[JAVA] Algorithm gymnastics 11

Remove Duplicates from a Linked List It scans from the head of the LinkedList, deletes any duplicate nodes, and returns the head of the LinkedList with no duplicates.

Description

Given the following Linked List: If you delete 28 and 14 with duplicate data, you will get the following Linked List. Solution Runtime Complexity O(n) The execution time is O (n) because it scans the unsorted Linked List for duplicates. Space Complexity O(n) Use the HashSet data structure to distinguish between duplicates, and if there are no duplicates, the worst is O (n).

Implementation

removeDuplicate.java

class removeDuplicate{
  public LinkedListNode remove_duplicates(LinkedListNode head) 
  {
    if (head == null || head.next == null) {
      return head;
    }

    LinkedListNode cur = head;
    LinkedListNode prev = head;

    HashSet set = new HashSet();

    while (cur != null) {
      if (!set.contains(cur.data)) {
        set.add(cur.data);
        prev = cur;
      } else {
        prev.next = cur.next;
      }
      cur = cur.next;
    }
    return head;
  }
}

Thoughts

The algorithm is simple, using two pointers to populate the HashSet. If the pointer and cur encounter duplicate data, use the pointer and prev that point to the node immediately before cur. skip nodes containing duplicate data with prev.next = cur.next. If there is enough memory, I think that there is no problem with such an implementation.

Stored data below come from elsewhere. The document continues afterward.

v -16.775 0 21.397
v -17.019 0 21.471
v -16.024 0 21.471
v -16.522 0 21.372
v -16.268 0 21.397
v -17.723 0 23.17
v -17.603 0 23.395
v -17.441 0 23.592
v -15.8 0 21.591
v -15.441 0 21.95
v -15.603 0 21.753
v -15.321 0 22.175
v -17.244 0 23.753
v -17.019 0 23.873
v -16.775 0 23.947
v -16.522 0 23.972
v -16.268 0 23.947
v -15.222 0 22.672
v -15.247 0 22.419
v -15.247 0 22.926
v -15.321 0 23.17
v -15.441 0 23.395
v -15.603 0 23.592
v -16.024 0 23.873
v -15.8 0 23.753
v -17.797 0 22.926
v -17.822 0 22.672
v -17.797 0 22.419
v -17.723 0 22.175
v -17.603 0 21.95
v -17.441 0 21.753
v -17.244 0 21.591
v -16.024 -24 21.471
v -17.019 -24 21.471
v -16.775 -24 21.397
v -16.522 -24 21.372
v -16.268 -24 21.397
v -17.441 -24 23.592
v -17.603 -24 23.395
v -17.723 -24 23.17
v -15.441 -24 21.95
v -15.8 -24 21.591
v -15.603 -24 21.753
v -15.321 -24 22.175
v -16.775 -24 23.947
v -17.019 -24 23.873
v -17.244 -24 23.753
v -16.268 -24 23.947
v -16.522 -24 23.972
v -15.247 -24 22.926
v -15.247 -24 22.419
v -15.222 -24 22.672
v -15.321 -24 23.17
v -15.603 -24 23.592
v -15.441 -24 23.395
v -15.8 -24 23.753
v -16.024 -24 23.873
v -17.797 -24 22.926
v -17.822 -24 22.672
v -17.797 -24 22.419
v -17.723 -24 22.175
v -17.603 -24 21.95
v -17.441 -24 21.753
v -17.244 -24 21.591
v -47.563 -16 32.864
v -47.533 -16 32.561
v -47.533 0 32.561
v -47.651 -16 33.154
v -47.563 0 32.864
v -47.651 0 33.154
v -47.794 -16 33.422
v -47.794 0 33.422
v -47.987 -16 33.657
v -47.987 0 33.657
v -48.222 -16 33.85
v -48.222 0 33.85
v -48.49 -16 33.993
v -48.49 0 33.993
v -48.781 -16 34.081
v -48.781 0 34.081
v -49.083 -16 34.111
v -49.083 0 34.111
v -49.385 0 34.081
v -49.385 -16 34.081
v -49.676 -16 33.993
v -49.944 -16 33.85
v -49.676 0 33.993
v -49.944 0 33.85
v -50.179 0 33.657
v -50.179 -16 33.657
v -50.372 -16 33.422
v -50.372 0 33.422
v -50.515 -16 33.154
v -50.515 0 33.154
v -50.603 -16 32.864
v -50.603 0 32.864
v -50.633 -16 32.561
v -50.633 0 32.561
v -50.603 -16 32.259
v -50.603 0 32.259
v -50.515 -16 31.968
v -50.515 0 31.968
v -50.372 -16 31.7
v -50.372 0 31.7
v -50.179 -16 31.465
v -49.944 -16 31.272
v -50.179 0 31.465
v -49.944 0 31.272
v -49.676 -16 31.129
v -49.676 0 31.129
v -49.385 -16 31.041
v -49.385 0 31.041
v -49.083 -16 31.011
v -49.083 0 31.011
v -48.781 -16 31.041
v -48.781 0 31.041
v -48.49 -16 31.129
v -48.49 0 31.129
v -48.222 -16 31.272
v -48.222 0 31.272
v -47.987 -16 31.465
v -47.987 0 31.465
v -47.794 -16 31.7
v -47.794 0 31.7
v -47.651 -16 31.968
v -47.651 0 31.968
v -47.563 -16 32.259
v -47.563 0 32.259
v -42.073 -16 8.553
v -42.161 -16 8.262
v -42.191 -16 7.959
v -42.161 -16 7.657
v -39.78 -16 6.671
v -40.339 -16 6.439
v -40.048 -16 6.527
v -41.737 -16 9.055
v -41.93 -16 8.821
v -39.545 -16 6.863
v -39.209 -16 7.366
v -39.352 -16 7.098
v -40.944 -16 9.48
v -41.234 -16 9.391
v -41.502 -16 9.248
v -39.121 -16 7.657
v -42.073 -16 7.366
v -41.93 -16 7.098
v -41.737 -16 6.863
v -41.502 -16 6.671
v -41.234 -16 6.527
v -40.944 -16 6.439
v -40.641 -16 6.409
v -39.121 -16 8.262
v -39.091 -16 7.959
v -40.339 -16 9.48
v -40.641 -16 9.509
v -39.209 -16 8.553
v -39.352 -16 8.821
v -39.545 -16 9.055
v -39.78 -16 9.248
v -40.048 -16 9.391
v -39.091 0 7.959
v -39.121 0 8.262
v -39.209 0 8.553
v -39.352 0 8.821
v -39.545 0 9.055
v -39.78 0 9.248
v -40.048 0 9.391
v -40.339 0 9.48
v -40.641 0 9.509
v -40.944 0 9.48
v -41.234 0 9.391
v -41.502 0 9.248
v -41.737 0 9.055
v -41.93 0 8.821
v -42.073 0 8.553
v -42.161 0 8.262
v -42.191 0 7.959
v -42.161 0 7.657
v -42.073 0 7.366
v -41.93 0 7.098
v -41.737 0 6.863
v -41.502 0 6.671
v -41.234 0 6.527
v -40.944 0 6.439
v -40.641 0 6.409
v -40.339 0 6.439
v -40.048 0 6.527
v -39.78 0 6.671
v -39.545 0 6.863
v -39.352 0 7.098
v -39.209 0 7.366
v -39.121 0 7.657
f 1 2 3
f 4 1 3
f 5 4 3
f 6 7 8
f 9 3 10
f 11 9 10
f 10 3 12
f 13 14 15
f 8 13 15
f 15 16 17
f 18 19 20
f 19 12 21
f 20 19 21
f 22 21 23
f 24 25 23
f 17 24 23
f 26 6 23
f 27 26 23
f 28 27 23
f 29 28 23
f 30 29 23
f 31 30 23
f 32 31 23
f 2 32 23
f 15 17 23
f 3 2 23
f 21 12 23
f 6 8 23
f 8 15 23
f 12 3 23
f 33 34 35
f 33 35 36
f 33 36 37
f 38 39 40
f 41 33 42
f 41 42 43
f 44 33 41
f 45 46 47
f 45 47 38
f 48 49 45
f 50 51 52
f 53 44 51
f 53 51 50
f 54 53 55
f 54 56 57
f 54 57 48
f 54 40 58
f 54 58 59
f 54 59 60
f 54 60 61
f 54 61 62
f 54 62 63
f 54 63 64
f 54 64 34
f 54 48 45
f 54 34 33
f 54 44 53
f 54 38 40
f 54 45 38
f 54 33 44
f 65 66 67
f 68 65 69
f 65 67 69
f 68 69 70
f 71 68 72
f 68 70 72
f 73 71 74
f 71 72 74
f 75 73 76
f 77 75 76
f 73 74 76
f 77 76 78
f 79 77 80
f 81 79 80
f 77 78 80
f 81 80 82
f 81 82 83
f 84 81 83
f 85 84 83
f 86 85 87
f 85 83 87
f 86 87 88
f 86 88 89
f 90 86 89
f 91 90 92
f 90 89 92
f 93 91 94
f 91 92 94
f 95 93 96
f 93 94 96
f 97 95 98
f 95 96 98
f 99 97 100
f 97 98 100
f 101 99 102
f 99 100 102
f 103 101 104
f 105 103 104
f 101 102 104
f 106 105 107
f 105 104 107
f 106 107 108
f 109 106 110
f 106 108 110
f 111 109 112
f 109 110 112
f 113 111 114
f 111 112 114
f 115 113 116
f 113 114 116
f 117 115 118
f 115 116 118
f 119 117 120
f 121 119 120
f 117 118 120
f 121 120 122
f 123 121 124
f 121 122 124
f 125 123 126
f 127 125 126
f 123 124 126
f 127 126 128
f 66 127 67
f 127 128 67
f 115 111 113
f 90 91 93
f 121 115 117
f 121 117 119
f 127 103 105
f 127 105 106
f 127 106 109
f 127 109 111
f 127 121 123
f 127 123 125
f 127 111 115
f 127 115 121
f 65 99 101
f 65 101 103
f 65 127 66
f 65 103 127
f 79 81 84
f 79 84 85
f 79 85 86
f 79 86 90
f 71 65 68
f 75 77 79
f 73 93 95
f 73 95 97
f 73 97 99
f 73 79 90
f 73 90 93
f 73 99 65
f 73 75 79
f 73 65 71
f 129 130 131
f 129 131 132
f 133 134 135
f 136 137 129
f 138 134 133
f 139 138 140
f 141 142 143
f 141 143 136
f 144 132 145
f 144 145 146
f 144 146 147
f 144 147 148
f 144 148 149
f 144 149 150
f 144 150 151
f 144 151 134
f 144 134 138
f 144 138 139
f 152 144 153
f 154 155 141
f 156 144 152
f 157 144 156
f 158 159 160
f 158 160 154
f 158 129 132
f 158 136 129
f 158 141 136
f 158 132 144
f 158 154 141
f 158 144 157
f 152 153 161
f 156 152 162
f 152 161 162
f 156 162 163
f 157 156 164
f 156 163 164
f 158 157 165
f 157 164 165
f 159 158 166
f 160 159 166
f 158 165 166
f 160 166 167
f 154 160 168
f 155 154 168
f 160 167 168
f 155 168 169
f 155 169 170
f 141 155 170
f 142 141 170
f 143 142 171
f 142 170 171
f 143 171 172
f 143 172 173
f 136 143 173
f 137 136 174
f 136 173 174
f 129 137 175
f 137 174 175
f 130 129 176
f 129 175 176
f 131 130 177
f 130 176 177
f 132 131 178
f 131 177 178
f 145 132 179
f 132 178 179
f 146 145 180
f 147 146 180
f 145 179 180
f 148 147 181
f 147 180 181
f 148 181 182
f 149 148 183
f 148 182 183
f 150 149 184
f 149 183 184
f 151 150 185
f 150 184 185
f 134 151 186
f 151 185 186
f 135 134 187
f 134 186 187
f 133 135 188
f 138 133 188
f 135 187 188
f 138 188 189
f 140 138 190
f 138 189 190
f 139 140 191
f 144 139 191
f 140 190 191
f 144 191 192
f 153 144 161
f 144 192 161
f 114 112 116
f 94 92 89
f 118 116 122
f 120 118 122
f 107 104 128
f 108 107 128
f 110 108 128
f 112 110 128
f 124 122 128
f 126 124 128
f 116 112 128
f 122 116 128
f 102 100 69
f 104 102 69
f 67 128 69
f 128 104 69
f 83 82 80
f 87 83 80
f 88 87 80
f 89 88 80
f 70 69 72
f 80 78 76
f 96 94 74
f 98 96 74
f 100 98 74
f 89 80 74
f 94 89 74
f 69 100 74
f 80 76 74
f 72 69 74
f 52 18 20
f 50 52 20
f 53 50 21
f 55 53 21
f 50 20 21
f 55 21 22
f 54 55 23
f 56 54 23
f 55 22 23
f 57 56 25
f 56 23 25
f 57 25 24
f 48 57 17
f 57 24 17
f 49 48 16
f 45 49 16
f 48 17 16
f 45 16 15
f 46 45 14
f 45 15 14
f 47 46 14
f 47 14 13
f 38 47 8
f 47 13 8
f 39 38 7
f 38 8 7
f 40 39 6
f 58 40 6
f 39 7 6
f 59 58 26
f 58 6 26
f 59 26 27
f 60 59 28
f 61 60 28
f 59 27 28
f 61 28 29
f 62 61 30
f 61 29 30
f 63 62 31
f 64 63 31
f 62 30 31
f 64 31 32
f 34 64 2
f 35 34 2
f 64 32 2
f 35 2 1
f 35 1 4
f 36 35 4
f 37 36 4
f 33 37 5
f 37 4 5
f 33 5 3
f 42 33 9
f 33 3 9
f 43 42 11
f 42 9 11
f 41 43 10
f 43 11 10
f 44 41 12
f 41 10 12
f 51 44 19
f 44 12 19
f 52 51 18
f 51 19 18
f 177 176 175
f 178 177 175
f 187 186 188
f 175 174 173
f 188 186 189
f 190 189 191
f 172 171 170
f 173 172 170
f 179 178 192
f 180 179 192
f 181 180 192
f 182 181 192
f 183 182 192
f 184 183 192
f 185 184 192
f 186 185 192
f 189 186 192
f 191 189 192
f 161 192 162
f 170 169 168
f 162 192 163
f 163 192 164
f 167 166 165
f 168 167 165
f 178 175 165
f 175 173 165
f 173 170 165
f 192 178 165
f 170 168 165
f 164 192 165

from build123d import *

# Parameters (mm, degrees)
F0_R     = 1.55
F1_DEPTH = 16
F2_R     = 1.55
F3_DEPTH = 16
F4_R     = 1.3
F5_DEPTH = 24


with BuildPart() as f1:
    # F0 (on Front) → F1 (new body)
    with BuildSketch(Plane.XZ):
        with Locations((-49.08308, 32.561257)):
            Circle(F0_R)
    extrude(amount=F1_DEPTH)


with BuildPart() as f3:
    # F2 (on Front) → F3 (new body)
    with BuildSketch(Plane.XZ):
        with Locations((-40.641274, 7.959418)):
            Circle(F2_R)
    extrude(amount=F3_DEPTH)


with BuildPart() as f5:
    # F4 (on Front) → F5 (new body)
    with BuildSketch(Plane.XZ):
        with Locations((-16.521823, 22.672283)):
            Circle(F4_R)
    extrude(amount=F5_DEPTH)


solid = Compound([f1.part, f3.part, f5.part])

However, if you have limited memory, you have to sacrifice execution time. If you are allowed to reorder the LinkedList, you can sort by O (n logn) time. After sorting, the nodes containing all the duplicate data are adjacent and can be removed by a linear scan.

If reordering is not allowed For each node in the LinkedList, you will be scanning for nodes in the previous node that contain the same data. This algorithm is O (n ^ 2) and does not require extra space, but at the expense of significant execution time.